Previous work has suggested that RDTs achieve higher sensitivity when performed by laboratory scientists (sensitivity of the Innova lateral flow test 79%, 95% CI 72–84%) than by healthcare workers (sensitivity 70%, 95% CI 63–76%) [3]. Sensitivity can be substantially affected by the quality of the sample and swabbing technique [4]. A small number of studies have compared self-taken to healthcare worker (HCW) taken swabs for RT-PCR, with a high degree of concordance [5, 6]. To the best of our knowledge, no studies have compared self-taken and HCW-taken samples with identical swab types and identical RDTs rather than comparing alternative sampling strategies.

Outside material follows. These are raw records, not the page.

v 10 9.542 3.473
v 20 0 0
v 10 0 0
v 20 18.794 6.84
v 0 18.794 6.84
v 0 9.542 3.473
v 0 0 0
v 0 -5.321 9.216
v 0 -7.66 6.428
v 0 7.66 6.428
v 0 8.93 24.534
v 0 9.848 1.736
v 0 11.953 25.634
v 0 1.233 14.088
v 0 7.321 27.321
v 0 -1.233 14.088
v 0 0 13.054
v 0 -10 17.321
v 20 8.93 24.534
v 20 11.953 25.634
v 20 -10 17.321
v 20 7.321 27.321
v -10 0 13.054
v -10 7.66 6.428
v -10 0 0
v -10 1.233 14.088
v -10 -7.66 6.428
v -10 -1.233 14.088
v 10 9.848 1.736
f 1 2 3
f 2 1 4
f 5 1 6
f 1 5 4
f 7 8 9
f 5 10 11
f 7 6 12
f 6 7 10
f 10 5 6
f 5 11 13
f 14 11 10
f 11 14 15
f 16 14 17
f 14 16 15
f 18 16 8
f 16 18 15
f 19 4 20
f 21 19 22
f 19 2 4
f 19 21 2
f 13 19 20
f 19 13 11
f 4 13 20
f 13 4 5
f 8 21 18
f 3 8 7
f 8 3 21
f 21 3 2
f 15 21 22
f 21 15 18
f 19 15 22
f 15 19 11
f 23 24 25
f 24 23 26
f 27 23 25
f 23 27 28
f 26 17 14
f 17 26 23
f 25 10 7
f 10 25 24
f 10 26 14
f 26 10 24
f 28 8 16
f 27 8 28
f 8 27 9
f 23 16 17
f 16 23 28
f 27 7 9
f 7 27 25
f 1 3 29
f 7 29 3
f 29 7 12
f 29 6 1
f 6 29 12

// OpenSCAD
rotate([10,0,0]) cube(10);

rotate([20,0,0]) { cube(10); cube(20); }

rotate([30,0,0]) { color("red") cube(10); color("blue") cube(20); }

translate([-10,0,0]) union() {
    rotate([40,0,0]) color("black") cube(10);
    rotate([50,0,0]) color("green") cube(10);
};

We therefore set out to compare the sensitivity and specificity of self-taken and HCW-taken throat/nasal swabs to perform a RDT for SARS-CoV-2, and how these sampling approaches perform compared to the RT-PCR. We hypothesised that, if self-taken samples are accurate for use with RDTs in clinical and research settings, this could have substantial individual and public health benefit.
Methods
We conducted a prospective diagnostic accuracy evaluation to compare self-taken and HCW-taken throat/nasal swabs RDTs with a standard HCW-taken throat/nasal swab tested using RT-PCR. Participants were recruited as part of the ‘Facilitating Accelerated Clinical Evaluation of Novel Diagnostic Tests for COVID -19 (FALCON), workstream C (undifferentiated community testing)’ [7], which aims to evaluate the diagnostic accuracy of commercially supplied in-vitro diagnostic (IVD) tests for SARS-CoV-2 infection.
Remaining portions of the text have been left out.